When Butler finally moved to amend his complaint to include his Eighth Amendment claims, the magistrate judge had already issued the final report and recommendation. After the magistrate judge denied his motion, Butler again moved to amend. The magistrate judge denied this motion as well, and Butler objected. Although the district court did not explicitly rule on this objection, its entry of judgment without granting leave to amend was an implicit denial. See Norman v. Apache Corp. , 19 F.3d 1017, 1021 (5th Cir. 1994) ("The denial of a motion by the district court, although not formally expressed, may be implied by the entry of a final judgment or of an order inconsistent with the granting of the relief sought by the motion.").
The district court's denial was justified. Contrary to Butler's assertions, he had been given numerous opportunities to amend his complaint. He could have added new information that occurred after his initial complaint in those earlier filings. Moreover, he fails to explain what part of and why the factual basis for his Eighth Amendment claims were not available at the time of the original complaint. Thus, Butler has not shown that he should have been permitted to amend his complaint and that various factors justified such a denial. See Lowrey , 117 F.3d at 245 (listing "undue delay," "prejudice," and "repeated failure to cure deficiencies by amendments previously allowed" as reasons to deny leave to amend) (quoting Foman , 371 U.S. at 182, 83 S.Ct. 227 )); see, e.g. , Harris v. BASF Corp. , 81 F. App'x 495, 496 (5th Cir. 2003) (per curiam) (holding that the district court did not abuse its discretion in deciding that allowing the plaintiff to expand his action from three claims to eight would cause undue delay and undue prejudice to the defendant, late in the proceedings). In sum, the district court did not abuse its discretion in denying Butler's motions to amend his complaint. See Lowrey , 117 F.3d at 245.

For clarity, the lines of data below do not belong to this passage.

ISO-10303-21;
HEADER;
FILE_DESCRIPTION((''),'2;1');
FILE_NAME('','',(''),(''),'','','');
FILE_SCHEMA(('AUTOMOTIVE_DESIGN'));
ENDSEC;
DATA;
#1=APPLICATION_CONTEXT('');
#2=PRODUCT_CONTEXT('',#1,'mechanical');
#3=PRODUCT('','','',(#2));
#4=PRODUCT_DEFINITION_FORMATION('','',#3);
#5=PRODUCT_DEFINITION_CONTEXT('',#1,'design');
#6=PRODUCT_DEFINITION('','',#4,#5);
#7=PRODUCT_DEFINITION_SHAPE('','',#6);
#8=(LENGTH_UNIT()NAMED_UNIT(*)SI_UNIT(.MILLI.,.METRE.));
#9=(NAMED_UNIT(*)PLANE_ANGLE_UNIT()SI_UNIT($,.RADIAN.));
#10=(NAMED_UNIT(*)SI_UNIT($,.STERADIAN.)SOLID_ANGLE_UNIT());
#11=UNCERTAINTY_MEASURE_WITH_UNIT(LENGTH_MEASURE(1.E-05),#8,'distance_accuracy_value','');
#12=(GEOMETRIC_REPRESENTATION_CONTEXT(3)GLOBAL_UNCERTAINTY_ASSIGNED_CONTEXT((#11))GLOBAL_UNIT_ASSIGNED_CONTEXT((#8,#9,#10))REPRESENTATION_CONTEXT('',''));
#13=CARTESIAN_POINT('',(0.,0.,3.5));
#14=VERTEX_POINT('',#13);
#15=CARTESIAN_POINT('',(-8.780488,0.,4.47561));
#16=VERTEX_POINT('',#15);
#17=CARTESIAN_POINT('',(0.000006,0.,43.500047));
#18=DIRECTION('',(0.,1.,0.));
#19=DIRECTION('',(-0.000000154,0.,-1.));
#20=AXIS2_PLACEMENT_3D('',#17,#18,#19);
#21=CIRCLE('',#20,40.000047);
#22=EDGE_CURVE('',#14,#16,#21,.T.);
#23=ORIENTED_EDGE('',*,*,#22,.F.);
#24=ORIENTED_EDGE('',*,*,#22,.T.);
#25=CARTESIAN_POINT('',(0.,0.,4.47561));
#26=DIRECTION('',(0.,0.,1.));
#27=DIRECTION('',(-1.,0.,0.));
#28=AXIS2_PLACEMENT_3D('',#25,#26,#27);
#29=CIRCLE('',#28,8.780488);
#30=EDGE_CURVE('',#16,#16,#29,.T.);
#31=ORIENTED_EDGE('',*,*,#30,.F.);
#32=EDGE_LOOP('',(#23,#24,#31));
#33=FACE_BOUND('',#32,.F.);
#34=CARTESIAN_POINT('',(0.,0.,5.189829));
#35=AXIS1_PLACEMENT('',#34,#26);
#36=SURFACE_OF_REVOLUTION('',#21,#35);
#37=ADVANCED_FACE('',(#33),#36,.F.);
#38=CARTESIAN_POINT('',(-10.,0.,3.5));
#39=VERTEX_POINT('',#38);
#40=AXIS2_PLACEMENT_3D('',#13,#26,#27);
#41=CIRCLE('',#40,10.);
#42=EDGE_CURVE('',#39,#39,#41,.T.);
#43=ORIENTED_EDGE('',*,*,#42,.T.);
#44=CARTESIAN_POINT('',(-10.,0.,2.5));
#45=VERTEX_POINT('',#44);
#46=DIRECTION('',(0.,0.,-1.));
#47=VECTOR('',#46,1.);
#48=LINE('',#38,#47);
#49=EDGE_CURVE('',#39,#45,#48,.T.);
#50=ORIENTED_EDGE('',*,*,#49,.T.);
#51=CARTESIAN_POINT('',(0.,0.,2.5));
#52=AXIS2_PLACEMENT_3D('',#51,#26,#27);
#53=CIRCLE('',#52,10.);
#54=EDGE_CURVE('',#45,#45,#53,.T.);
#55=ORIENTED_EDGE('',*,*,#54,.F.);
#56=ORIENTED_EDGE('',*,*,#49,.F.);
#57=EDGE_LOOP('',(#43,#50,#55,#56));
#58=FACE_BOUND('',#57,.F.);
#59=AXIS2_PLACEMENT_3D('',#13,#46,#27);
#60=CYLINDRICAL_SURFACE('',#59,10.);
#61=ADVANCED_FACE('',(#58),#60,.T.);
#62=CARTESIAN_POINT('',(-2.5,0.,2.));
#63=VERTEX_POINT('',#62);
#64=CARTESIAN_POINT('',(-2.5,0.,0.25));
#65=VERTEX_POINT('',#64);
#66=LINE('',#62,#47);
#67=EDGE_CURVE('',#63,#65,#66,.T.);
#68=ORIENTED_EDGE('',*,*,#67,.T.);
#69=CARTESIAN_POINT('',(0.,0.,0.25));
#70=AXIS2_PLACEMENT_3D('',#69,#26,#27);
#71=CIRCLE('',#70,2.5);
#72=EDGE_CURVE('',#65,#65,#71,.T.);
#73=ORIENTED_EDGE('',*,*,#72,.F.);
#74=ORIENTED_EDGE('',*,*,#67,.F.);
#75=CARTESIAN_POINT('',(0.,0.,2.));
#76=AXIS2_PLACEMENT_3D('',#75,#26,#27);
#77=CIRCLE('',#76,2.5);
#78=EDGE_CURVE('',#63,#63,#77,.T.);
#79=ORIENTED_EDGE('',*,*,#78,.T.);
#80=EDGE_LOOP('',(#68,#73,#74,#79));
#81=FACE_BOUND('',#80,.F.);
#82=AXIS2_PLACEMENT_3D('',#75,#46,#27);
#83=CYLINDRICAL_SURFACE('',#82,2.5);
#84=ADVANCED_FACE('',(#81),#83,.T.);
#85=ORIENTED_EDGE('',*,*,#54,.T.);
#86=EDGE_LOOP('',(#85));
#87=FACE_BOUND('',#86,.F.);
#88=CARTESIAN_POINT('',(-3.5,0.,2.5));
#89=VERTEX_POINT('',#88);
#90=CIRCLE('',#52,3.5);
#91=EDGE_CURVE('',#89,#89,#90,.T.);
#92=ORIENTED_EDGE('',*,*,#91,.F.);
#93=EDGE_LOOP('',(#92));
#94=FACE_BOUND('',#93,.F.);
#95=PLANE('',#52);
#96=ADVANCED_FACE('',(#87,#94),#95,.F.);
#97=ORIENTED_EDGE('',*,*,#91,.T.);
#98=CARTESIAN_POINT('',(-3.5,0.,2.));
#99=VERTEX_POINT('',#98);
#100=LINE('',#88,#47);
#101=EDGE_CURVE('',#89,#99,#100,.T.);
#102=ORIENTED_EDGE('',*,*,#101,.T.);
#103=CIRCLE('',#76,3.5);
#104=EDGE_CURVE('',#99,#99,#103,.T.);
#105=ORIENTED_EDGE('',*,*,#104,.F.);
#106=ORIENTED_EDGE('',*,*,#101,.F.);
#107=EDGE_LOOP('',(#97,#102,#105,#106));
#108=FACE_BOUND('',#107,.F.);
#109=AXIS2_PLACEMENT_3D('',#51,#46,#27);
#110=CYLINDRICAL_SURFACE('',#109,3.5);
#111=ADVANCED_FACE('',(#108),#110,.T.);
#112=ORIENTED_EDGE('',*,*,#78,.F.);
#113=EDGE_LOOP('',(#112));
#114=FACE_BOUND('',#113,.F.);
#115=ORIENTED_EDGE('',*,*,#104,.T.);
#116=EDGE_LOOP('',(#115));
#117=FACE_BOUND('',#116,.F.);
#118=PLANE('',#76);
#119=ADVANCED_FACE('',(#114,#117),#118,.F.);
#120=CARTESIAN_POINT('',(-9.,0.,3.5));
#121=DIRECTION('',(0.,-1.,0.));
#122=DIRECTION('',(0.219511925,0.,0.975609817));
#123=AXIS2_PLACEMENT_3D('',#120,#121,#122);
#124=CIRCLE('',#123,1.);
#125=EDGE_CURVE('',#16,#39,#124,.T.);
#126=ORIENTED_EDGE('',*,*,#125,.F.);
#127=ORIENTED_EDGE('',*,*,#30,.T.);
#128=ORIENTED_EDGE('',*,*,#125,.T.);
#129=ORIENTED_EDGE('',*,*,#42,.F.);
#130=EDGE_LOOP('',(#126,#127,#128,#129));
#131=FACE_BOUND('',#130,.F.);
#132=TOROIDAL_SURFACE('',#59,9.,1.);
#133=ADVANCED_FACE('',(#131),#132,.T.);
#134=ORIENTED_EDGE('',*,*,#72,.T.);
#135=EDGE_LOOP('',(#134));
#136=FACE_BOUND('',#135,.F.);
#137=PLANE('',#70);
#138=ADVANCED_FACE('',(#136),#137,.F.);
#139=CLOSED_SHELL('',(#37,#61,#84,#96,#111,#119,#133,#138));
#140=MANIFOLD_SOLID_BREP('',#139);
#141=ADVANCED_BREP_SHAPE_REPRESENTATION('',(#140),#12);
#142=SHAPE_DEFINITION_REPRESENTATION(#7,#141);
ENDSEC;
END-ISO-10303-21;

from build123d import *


with BuildPart() as f2:
    # F0 (on Front) → F2 (revolve)
    with BuildSketch(Plane.XZ):
        with BuildLine():
            Line((-2.5, 2), (-2.5, 0.25))
            Line((-2.5, 0.25), (0, 0.25))
            Line((0, 0.25), (0, 3.5))
            ThreePointArc((0, 3.5), (-4.417261, 3.744651), (-8.780488, 4.47561))
            ThreePointArc((-8.780488, 4.47561), (-9.624695, 4.280869), (-10, 3.5))
            Line((-10, 3.5), (-10, 2.5))
            Line((-10, 2.5), (-3.5, 2.5))
            Line((-3.5, 2.5), (-3.5, 2))
            Line((-3.5, 2), (-2.5, 2))
        make_face()
    revolve(axis=Axis((0, 0, 5.189829), (0, 0, 1)))


solid = f2.part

Though the district court did not explain the reasons for its implicit denial, we "may affirm on any grounds supported by the record." McGruder v. Will , 204 F.3d 220, 222 (5th Cir. 2000).

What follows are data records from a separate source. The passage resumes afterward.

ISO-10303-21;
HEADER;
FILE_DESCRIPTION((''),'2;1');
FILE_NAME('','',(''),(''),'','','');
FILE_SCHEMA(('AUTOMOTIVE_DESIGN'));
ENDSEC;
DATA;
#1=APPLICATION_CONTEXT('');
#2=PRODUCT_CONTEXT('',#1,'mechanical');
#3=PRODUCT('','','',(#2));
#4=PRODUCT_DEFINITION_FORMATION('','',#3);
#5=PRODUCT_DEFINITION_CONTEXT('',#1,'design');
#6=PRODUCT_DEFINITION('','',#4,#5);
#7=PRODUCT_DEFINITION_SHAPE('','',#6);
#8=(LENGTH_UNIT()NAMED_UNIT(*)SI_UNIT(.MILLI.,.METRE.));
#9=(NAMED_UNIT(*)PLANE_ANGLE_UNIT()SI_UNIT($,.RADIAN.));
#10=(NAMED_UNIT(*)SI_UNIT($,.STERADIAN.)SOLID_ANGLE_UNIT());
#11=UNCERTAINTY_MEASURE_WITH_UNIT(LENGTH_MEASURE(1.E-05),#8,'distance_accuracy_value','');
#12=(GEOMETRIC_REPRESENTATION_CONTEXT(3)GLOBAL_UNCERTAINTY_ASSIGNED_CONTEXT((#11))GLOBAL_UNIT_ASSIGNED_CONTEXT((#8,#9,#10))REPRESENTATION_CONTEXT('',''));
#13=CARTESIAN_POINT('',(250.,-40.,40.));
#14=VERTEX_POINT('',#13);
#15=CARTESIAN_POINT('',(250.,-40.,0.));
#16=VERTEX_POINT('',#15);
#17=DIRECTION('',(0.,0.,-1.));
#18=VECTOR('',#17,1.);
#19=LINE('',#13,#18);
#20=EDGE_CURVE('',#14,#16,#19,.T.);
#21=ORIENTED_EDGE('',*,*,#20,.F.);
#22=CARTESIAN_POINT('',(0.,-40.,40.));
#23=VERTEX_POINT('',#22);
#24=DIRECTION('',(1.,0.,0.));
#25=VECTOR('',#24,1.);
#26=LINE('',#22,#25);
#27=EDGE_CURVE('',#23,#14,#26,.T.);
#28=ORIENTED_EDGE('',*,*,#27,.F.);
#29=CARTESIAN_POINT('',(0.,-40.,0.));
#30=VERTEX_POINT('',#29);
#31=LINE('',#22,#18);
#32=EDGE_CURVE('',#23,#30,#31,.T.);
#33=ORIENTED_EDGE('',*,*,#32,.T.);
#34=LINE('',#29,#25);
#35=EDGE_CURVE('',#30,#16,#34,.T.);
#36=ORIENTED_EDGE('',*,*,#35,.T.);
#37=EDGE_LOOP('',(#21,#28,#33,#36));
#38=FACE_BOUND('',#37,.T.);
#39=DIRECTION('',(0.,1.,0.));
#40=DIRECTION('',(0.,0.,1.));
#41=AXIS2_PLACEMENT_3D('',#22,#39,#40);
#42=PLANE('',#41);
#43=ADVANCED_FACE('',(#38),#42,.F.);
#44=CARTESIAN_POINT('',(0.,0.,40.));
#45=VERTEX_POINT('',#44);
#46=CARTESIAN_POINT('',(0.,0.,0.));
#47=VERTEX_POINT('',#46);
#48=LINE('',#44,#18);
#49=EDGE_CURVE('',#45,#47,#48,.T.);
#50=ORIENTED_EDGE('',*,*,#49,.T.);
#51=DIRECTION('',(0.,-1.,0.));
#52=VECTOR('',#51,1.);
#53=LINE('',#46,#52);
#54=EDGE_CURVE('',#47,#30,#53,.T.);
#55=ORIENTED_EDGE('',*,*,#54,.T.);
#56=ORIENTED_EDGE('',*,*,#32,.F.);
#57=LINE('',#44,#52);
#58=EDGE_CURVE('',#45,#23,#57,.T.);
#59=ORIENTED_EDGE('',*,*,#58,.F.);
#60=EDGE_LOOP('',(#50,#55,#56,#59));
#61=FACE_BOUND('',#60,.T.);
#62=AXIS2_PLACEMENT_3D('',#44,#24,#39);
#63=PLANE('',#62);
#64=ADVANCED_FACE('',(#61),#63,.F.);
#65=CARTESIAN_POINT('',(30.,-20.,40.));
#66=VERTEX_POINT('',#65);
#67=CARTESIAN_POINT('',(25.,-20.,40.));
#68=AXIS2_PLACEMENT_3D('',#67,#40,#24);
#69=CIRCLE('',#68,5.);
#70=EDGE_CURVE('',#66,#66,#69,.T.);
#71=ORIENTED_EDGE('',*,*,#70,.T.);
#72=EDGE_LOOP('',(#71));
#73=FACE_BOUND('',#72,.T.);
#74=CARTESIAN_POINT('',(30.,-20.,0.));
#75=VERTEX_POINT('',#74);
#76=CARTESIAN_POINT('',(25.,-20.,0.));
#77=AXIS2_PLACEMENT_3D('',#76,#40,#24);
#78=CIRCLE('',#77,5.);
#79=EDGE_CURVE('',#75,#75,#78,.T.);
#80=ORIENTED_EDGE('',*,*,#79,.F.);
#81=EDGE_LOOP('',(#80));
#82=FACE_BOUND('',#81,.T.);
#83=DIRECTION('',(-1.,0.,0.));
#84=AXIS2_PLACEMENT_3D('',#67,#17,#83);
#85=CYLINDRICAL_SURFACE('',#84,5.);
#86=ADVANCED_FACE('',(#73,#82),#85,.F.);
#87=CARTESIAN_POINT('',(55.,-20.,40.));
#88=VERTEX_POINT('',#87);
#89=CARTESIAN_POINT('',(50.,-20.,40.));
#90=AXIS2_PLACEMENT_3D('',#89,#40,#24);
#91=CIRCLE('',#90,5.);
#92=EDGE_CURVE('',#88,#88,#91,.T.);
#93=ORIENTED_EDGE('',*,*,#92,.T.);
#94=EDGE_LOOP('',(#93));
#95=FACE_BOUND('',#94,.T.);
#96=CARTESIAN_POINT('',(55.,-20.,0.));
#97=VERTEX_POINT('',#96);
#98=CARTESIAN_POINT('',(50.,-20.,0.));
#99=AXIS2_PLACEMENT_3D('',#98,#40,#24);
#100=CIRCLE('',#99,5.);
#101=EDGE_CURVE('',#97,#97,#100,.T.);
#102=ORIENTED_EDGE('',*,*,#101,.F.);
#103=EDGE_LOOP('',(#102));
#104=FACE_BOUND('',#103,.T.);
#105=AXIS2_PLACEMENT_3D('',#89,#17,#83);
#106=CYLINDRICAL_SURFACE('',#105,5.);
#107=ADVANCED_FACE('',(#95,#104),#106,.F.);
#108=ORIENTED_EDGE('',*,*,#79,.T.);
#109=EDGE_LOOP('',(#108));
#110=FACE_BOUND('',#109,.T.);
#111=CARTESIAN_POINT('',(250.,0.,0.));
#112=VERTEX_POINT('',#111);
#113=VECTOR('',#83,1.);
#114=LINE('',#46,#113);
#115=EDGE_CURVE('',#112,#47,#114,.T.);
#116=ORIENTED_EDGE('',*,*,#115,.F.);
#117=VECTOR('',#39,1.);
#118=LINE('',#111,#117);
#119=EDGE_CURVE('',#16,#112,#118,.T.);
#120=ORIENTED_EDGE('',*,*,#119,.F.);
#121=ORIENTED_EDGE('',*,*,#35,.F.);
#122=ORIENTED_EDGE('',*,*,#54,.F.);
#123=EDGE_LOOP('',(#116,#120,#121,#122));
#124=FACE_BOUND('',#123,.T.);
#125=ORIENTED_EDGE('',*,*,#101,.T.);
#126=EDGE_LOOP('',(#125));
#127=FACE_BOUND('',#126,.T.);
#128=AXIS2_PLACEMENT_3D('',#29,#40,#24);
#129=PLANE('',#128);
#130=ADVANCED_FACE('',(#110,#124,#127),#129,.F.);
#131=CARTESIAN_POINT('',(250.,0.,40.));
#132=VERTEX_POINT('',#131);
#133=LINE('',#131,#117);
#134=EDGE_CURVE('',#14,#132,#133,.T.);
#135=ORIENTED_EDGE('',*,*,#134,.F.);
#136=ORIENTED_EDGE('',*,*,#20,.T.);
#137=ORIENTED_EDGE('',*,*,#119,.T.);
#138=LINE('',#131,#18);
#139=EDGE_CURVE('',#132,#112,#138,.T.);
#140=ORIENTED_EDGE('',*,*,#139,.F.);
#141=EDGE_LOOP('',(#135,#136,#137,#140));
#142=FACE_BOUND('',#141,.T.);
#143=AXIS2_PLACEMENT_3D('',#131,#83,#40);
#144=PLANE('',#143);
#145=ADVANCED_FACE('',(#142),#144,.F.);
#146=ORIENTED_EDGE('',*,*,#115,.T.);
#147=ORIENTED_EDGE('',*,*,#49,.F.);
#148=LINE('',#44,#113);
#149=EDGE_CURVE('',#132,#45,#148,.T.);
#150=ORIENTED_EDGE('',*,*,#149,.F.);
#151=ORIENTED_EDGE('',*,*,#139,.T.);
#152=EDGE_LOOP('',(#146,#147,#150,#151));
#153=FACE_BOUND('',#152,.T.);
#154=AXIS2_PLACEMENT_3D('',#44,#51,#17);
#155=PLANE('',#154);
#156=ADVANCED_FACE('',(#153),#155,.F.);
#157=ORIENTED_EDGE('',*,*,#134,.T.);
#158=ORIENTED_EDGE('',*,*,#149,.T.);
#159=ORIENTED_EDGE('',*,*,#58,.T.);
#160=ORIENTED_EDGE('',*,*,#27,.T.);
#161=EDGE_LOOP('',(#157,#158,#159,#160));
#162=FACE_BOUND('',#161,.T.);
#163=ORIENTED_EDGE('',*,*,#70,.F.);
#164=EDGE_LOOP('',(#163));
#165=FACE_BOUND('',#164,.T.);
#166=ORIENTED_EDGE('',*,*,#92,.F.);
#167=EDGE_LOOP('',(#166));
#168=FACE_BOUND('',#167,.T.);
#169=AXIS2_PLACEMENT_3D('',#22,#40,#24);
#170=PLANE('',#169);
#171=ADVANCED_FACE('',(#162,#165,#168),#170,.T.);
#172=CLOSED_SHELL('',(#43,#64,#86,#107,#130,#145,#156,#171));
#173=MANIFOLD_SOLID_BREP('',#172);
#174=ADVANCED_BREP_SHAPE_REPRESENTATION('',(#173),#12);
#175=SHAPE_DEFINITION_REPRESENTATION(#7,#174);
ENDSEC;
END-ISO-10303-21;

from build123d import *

# Parameters (mm, degrees)
SKETCH1_W           = 250
SKETCH1_H           = 40
SKETCH1_R           = 5
BOSS_EXTRUDE1_DEPTH = 40


with BuildPart() as part:
    # Sketch1 → Boss-Extrude1 (new body)
    with BuildSketch(Plane.XY):
        with Locations((125, -20)):
            Rectangle(SKETCH1_W, SKETCH1_H)
        with Locations((25, -20)):
            Circle(SKETCH1_R, mode=Mode.SUBTRACT)
        with Locations((50, -20)):
            Circle(SKETCH1_R, mode=Mode.SUBTRACT)
    extrude(amount=BOSS_EXTRUDE1_DEPTH)


solid = part.part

Butler also sought to raise a Fourth Amendment claim regarding mail tampering. The magistrate judge construed Butler's mail related complaints as a First Amendment claim, and Butler never challenged this interpretation. Butler later discussed various mail tampering claims, in-depth, in his sixth amended complaint, but that complaint referred to First Amendment claims, not Fourth Amendment ones. He also mentioned that Defendants opened a sealed letter in March 2017, which could have been discussed in various amended complaints. Therefore, Butler could have raised his Fourth Amendment claim at an earlier date.
To the extent that Butler sought to identify defendants who participated in retaliatory acts against him, the magistrate judge had already recommended dismissing these claims because they were not cognizable under Bivens. The district court adopted the magistrate judge's conclusion. Thus, any amendment to identify the individuals who retaliated against Butler would have been futile. See Lowrey , 117 F.3d at 245.
Accordingly, the portion of Butler's appeal concerning appointment of counsel is DISMISSED for want of jurisdiction. In all other respects, the judgment of the district court is AFFIRMED.